I wanted to change the type of the column to TIMESTAMP WITH TIMEZONE to keep timezone information that was sent by my frontend.

The code for inserting the timestamp sent from the frontend looks something like this:

@app.route('/', methods=['GET'])
def index():
    # Normally fetched from the request but the value comes as string WITH offset
    dt = datetime.strptime('2023-04-10T17:32:55+0200', '%Y-%m-%dT%H:%M:%S%z')
    new_entry = TimeStampTable(example_timestamp=dt)

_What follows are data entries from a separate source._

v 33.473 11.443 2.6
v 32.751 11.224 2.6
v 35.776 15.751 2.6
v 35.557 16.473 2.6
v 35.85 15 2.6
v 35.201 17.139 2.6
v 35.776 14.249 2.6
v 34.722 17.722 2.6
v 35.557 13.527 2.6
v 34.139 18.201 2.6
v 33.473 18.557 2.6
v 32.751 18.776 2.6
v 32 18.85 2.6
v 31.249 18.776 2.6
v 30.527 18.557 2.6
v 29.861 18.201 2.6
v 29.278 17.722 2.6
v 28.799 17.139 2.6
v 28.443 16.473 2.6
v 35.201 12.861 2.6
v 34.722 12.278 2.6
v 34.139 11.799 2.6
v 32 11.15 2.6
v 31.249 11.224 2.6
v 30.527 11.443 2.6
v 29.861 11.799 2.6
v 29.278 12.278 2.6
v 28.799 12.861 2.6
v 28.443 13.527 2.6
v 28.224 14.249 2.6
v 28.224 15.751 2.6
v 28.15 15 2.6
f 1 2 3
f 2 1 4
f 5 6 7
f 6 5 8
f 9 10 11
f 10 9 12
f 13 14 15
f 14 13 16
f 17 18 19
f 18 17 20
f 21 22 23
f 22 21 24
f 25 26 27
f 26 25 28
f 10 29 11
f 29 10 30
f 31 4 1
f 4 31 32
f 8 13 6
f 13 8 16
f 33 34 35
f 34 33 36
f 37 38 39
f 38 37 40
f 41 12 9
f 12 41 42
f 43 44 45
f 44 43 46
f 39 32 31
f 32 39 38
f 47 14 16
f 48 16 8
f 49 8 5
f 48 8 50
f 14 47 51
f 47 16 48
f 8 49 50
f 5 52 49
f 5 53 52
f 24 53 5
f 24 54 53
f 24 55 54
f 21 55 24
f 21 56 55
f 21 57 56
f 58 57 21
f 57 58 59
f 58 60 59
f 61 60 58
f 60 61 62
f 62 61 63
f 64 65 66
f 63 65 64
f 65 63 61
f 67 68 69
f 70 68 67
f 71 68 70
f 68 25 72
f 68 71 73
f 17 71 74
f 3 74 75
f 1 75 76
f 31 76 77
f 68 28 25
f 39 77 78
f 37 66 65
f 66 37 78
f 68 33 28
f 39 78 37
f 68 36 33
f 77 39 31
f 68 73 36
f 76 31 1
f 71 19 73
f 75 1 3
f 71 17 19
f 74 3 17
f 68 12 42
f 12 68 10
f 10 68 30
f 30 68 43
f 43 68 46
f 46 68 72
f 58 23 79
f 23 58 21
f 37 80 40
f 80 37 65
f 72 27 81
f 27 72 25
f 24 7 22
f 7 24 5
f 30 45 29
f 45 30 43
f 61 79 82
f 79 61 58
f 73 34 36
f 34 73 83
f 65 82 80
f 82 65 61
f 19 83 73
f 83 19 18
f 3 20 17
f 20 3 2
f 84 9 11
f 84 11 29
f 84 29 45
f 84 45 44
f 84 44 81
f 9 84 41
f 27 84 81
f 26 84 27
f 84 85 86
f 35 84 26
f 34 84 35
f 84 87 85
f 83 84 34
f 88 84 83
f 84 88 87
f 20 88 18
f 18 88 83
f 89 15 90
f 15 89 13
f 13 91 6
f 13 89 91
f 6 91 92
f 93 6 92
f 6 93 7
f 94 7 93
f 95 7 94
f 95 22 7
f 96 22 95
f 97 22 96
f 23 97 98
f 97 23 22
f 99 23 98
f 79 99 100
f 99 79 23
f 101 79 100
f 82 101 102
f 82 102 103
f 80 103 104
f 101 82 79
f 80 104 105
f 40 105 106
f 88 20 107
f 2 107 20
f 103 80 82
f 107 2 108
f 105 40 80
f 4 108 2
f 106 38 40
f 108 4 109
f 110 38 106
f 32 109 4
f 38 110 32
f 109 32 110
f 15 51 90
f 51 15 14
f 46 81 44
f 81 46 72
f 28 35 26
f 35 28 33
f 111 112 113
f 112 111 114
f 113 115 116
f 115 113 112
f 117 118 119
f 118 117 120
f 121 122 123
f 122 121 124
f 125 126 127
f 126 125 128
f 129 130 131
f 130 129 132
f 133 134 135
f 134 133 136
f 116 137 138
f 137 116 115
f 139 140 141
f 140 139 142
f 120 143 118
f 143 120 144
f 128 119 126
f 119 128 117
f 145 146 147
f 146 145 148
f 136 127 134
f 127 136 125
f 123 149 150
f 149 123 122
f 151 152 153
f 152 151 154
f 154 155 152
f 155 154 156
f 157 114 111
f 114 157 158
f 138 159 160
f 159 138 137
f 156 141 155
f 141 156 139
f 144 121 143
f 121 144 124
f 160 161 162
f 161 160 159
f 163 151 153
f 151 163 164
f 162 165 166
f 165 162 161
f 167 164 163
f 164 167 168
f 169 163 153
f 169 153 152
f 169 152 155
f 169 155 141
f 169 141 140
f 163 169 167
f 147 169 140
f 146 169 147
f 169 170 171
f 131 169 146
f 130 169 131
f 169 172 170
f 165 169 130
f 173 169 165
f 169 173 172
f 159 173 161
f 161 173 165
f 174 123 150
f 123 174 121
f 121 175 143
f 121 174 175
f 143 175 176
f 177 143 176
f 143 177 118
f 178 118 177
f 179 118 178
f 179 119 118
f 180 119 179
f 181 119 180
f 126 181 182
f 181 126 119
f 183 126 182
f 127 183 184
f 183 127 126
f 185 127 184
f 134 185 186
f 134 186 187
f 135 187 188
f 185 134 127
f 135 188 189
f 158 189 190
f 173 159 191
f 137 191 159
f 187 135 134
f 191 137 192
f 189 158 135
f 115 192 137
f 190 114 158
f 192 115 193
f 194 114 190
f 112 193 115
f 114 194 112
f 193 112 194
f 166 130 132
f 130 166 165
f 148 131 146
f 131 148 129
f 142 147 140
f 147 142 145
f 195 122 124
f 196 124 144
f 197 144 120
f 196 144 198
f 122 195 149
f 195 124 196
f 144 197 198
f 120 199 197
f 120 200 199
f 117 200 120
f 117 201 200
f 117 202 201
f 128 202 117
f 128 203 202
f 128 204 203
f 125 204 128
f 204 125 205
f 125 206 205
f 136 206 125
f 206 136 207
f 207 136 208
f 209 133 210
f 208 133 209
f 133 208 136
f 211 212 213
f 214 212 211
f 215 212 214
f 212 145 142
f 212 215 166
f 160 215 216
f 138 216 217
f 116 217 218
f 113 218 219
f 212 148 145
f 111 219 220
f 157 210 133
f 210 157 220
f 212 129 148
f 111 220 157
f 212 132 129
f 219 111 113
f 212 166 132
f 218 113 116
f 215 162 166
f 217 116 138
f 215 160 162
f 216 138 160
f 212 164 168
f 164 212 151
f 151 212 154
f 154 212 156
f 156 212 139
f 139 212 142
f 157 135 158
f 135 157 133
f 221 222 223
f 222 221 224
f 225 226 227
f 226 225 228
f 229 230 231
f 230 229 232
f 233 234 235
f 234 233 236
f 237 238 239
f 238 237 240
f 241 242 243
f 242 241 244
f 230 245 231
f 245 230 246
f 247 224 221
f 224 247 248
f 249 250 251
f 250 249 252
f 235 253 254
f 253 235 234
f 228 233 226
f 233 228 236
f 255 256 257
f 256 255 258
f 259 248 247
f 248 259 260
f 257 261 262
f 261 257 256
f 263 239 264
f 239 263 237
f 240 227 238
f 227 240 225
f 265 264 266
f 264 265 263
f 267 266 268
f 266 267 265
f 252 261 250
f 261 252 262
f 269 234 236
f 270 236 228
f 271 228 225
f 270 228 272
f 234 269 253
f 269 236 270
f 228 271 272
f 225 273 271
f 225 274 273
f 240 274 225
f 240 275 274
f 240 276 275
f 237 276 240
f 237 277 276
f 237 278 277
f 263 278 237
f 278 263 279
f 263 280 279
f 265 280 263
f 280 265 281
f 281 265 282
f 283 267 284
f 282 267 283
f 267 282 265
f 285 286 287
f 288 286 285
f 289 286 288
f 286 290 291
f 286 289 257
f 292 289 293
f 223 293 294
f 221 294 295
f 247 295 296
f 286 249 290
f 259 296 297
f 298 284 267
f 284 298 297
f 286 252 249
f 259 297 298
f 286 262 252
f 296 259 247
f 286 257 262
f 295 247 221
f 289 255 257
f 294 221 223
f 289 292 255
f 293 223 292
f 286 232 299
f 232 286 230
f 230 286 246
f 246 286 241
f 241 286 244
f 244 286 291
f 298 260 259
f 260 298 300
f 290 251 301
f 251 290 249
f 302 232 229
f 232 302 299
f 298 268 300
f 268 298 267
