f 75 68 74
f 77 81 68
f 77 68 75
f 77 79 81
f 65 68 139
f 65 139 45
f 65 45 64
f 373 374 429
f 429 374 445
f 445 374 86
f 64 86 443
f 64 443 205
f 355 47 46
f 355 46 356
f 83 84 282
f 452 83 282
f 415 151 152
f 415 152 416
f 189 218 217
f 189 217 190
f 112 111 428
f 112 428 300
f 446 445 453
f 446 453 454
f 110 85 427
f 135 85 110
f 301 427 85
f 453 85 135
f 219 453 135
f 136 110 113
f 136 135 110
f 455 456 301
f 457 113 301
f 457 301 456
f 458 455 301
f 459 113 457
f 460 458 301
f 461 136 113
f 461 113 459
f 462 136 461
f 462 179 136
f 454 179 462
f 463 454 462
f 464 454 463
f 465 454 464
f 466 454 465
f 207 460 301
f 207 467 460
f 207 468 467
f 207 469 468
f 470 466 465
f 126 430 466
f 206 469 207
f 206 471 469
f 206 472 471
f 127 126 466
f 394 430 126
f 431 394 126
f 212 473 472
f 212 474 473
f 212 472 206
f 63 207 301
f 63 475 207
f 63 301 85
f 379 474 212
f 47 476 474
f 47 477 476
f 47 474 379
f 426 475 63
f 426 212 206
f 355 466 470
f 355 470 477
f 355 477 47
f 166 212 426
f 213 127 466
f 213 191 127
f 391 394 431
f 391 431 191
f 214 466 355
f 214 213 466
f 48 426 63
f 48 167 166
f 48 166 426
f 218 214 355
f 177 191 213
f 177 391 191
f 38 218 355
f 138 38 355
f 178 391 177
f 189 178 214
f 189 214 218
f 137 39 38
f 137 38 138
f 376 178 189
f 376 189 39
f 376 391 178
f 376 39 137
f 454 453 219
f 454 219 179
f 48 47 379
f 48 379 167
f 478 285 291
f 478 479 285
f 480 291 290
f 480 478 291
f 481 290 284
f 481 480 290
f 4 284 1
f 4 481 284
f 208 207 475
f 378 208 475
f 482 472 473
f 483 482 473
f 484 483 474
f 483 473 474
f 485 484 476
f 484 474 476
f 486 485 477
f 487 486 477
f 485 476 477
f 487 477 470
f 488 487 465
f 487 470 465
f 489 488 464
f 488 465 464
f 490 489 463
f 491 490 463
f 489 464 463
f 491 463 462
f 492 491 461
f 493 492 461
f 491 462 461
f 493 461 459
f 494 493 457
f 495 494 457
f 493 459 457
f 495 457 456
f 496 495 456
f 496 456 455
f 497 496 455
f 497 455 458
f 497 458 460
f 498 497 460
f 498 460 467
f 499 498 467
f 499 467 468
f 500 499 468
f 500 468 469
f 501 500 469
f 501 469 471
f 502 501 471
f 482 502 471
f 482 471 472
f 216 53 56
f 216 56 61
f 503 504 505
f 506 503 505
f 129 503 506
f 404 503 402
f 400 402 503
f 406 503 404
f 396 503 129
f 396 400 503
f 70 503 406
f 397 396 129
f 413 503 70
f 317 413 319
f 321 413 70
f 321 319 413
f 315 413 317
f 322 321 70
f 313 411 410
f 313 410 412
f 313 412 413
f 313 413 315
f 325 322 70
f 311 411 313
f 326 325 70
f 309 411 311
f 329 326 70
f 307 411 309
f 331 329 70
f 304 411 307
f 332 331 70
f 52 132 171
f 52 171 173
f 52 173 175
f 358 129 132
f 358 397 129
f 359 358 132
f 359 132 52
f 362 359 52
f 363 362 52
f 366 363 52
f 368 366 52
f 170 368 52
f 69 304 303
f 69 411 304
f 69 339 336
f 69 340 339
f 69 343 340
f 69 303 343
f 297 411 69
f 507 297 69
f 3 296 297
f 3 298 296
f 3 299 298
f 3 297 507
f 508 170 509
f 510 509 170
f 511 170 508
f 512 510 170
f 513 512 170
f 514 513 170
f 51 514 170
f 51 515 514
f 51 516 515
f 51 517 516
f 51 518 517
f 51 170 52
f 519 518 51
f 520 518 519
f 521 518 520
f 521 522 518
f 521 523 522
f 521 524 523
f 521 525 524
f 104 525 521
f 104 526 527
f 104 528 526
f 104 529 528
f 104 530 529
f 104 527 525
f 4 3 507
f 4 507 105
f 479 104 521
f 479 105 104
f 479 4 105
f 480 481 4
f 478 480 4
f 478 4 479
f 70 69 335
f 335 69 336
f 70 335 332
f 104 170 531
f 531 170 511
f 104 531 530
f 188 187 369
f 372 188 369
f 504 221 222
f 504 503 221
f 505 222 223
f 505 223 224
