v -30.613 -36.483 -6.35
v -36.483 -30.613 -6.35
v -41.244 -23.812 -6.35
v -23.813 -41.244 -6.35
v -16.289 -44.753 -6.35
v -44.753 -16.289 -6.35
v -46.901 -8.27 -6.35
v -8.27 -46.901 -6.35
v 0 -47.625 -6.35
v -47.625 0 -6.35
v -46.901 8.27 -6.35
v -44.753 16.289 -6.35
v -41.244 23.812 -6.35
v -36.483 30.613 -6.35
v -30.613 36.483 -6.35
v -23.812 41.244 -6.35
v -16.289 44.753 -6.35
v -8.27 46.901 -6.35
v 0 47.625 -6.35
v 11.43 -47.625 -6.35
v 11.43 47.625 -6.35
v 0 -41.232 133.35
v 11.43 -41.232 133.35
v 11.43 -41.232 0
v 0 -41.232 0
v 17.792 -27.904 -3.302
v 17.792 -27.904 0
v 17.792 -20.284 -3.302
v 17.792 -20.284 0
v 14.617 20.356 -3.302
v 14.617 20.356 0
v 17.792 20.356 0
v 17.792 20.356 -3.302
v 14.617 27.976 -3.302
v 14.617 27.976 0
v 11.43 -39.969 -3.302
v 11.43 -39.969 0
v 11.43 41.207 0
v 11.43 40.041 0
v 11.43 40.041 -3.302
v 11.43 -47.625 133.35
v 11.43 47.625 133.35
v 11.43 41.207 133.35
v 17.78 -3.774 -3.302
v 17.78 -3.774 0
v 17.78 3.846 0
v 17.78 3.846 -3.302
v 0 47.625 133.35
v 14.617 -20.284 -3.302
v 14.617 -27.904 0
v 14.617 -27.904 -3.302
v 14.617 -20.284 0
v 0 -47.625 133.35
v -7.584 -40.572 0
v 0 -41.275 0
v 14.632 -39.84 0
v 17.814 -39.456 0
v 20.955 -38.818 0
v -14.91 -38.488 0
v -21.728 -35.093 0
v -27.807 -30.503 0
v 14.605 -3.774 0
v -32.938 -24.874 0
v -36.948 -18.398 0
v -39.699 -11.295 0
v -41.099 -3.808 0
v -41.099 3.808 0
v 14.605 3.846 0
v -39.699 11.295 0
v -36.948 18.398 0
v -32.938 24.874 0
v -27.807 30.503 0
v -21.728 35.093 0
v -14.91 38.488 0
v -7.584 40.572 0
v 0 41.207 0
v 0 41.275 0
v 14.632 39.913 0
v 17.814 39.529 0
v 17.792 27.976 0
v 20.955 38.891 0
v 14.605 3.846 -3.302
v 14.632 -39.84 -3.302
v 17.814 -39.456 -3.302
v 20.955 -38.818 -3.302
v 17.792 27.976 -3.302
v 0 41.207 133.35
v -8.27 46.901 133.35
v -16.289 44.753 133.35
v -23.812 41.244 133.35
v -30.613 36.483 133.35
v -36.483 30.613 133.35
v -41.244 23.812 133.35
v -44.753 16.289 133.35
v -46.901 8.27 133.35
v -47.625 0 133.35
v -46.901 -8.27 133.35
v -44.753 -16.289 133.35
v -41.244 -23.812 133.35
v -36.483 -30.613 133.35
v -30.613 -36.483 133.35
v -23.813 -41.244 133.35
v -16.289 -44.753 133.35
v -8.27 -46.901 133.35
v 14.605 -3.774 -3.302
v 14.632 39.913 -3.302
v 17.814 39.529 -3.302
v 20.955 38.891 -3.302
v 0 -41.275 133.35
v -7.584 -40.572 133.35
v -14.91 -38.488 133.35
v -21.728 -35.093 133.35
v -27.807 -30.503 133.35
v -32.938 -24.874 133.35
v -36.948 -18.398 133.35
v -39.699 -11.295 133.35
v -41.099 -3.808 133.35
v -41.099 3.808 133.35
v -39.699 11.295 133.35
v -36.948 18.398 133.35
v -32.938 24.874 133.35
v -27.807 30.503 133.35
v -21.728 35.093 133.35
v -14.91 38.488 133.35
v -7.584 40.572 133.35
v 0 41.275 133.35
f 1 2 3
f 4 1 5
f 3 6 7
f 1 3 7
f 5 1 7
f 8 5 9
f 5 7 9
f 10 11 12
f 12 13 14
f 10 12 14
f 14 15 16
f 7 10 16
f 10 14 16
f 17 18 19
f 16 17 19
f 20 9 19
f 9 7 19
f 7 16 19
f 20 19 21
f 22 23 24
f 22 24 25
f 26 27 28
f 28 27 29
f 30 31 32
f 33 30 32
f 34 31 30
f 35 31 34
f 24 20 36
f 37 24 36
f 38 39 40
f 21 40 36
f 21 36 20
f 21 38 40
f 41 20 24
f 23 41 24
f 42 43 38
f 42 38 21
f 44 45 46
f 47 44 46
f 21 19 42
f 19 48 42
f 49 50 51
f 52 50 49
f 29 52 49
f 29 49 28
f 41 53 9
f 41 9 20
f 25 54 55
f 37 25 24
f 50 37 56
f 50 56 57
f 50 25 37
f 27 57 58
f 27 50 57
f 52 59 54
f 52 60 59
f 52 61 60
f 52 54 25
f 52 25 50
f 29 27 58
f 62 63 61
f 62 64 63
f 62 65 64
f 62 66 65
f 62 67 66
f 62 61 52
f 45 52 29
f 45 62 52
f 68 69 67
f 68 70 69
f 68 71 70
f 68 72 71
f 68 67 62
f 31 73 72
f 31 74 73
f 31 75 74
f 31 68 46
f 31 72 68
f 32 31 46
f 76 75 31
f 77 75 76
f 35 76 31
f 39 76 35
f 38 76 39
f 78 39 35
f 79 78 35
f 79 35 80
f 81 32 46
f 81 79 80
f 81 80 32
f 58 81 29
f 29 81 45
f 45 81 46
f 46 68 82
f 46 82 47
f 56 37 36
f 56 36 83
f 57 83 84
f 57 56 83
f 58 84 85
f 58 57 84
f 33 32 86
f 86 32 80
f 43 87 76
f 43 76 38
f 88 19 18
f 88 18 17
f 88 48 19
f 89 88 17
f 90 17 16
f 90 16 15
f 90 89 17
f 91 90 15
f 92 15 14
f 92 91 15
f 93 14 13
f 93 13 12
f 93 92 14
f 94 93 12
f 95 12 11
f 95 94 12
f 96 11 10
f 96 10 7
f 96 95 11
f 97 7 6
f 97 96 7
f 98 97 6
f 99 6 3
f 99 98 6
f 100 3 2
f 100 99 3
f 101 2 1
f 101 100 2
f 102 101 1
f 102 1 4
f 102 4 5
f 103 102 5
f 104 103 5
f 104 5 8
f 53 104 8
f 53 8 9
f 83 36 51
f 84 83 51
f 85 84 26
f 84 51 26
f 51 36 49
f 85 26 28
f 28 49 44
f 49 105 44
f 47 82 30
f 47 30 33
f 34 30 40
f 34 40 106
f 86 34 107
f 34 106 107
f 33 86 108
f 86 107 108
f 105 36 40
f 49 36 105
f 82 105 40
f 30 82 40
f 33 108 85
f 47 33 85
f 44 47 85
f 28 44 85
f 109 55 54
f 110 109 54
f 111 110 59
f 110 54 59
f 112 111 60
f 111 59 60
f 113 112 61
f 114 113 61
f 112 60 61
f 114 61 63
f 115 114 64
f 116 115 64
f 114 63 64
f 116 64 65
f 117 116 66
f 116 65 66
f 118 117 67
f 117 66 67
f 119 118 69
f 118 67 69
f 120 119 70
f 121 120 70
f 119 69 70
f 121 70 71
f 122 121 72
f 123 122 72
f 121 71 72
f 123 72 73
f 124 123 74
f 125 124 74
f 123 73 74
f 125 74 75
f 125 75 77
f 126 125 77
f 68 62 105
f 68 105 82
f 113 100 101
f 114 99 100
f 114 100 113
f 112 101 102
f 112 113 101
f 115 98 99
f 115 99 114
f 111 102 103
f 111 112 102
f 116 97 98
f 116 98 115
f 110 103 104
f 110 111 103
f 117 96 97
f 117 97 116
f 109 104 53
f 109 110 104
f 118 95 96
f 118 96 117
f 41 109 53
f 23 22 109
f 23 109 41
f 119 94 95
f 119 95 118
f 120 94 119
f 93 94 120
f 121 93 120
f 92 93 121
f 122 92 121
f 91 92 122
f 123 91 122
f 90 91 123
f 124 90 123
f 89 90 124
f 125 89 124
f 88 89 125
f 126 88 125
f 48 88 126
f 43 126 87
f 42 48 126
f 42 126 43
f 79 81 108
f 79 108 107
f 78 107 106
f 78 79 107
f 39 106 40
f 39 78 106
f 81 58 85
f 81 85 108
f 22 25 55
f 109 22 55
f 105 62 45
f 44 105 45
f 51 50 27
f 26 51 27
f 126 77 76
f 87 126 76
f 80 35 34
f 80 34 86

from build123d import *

# Parameters (mm, degrees)
F1_DEPTH = 133.35
F2_W     = 11.43
F2_H     = 95.25
F3_DEPTH = 6.35
F4_W     = 3.175
F4_H     = 7.62
F5_DEPTH = 3.302


with BuildPart() as f1:
    # F0 (on Top) → F1 (new body)
    with BuildSketch(Plane.XY):
        with BuildLine():
            Line((11.43, 47.625), (0, 47.625))
            ThreePointArc((0, 47.625), (-47.625, 0), (0, -47.625))
            Line((0, -47.625), (11.43, -47.625))
            Line((11.43, -47.625), (11.43, -41.232052))
            Line((11.43, -41.232052), (0, -41.232052))
            Line((0, -41.232052), (0, -41.275))
            ThreePointArc((0, -41.275), (-41.275, 0), (0, 41.275))
            Line((0, 41.275), (0, 41.207306))
            Line((0, 41.207306), (11.43, 41.207306))
            Line((11.43, 41.207306), (11.43, 47.625))
        make_face()
    extrude(amount=F1_DEPTH)

    # F2 (on Top) → F3 (join)
    with BuildSketch(Plane.XY):
        with BuildLine():
            Line((0, -47.625), (0, 47.625))
            ThreePointArc((0, 47.625), (-47.625, 0), (0, -47.625))
        make_face()
        with Locations((5.715, 0)):
            Rectangle(F2_W, F2_H)
    extrude(amount=-F3_DEPTH)

    # F4 (on face) → F5 (join)
    with BuildSketch(Plane.XY):
        with BuildLine():
            ThreePointArc((20.955, 38.890978), (16.227114, 39.752791), (11.43, 40.04145))
            Line((11.43, 40.04145), (11.43, -39.96855))
            ThreePointArc((11.43, -39.96855), (16.227114, -39.679891), (20.955, -38.818079))
            Line((20.955, -38.818079), (20.955, 38.890978))
        make_face()
        with Locations((16.204277, -24.09355)):
            Rectangle(F4_W, F4_H, mode=Mode.SUBTRACT)
        with Locations((16.1925, 0.03645)):
            Rectangle(F4_W, F4_H, mode=Mode.SUBTRACT)
        with Locations((16.204277, 24.16645)):
            Rectangle(F4_W, F4_H, mode=Mode.SUBTRACT)
    extrude(amount=-F5_DEPTH)


solid = f1.part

    db.session.add(new_entry)
    db.session.commit()

    return 'SUCCESS'

After changing my model it looked like this:

from sqlalchemy.dialects.postgresql import TIMESTAMP
from sqlalchemy.orm import mapped_column

class TimeStampTable(db.Model):

    __tablename__ = 'timestamp'

    id = mapped_column(db.Integer, primary_key=True)
    example_timestamp = mapped_column(TIMESTAMP(timezone=True), nullable=False)

Which was giving me the TIMESTAMP WITH TIMEZONE type in my database. Up to this point everything seemed fine. But after investigating on the stored values in the database I became a bit confused.

In my mind (as outlined in this Answer) I thought Postgres would take the DateTime and just strip the offset. So in the example the value inserted to the database would be 2023-04-10 17:32:55.

But it seems that SQLAlchemy is applying the offset first and then inserts the datetime object. So in this case if the database uses UTC the resulting database entry is 2023-04-10 15:32:55.

After migrating to TIMESTAMP WITH TIMEZONE the process of inserting the values to the database remained exactly the same. SQLAlchemy takes the datetime, applies the offset and saves the datetime like 2023-04-10 15:32:55+00.

My question now is: What is the whole purpose of storing a value as datetime with timezone apart from getting a datetime with tzinfo out of the database if the functionality is exactly the same anyway?


Solution

  • The behaviour you describe is not a function of SQLAlchemy per se, it is the behaviour of the DBAPI layer. We can reproduce the issue using just psycopg2:

    import datetime
    from pprint import pprint
    
    import psycopg2
    
    cnxn = psycopg2.connect(
        host="192.168.0.199", user="scott", password="tiger", dbname="test"
    )
    crsr = cnxn.cursor()
    
    tablename = "timestamp"
    
    crsr.execute(f"DROP TABLE IF EXISTS {tablename}")
    crsr.execute(
        f"""\
    CREATE TABLE {tablename} (
    id int primary key,
    description varchar(50),
    ts_no_tz timestamp,
    ts_with_tz timestamptz
    )
    """
    )
    
    midnight_toronto = datetime.datetime(
        2001, 1, 1, 0, 0, 0, tzinfo=datetime.timezone(datetime.timedelta(hours=-5))
    )
    
    crsr.execute(
        f"INSERT INTO {tablename} (id, description, ts_no_tz, ts_with_tz) "
        "VALUES (%(id)s, %(description)s, %(ts_value)s, %(ts_value)s)",
        dict(id=1, description="aware_datetime", ts_value=midnight_toronto),
    )
    crsr.execute(f"SELECT * FROM {tablename} WHERE id = 1")
    pprint(crsr.fetchone())
    """
    (1,
     'aware_datetime',
     datetime.datetime(2001, 1, 1, 5, 0),
     datetime.datetime(2001, 1, 1, 5, 0, tzinfo=datetime.timezone.utc))
    """
    

    We see that psycopg2 has recognized the tz-aware datetime and adjusted the value stored into ts_no_tz by 5 hours. Both values returned have hour=5.

    However, if we pass the datetime values as strings

    midnight_toronto_str = str(midnight_toronto)
    print(midnight_toronto_str)  # 2001-01-01 00:00:00-05:00
    crsr.execute(
        f"INSERT INTO {tablename} (id, description, ts_no_tz, ts_with_tz) "
        "VALUES (%(id)s, %(description)s, %(ts_value)s, %(ts_value)s)",
        dict(id=2, description="aware_string", ts_value=midnight_toronto_str),
    )
    crsr.execute(f"SELECT * FROM {tablename} WHERE id = 2")
    pprint(crsr.fetchone())
    """
    (2,
     'aware_string',
     datetime.datetime(2001, 1, 1, 0, 0),
     datetime.datetime(2001, 1, 1, 5, 0, tzinfo=datetime.timezone.utc))
    """
    

    the offset -05:00 is simply ignored by the server for ts_no_tz and it has hour=0, not hour=5.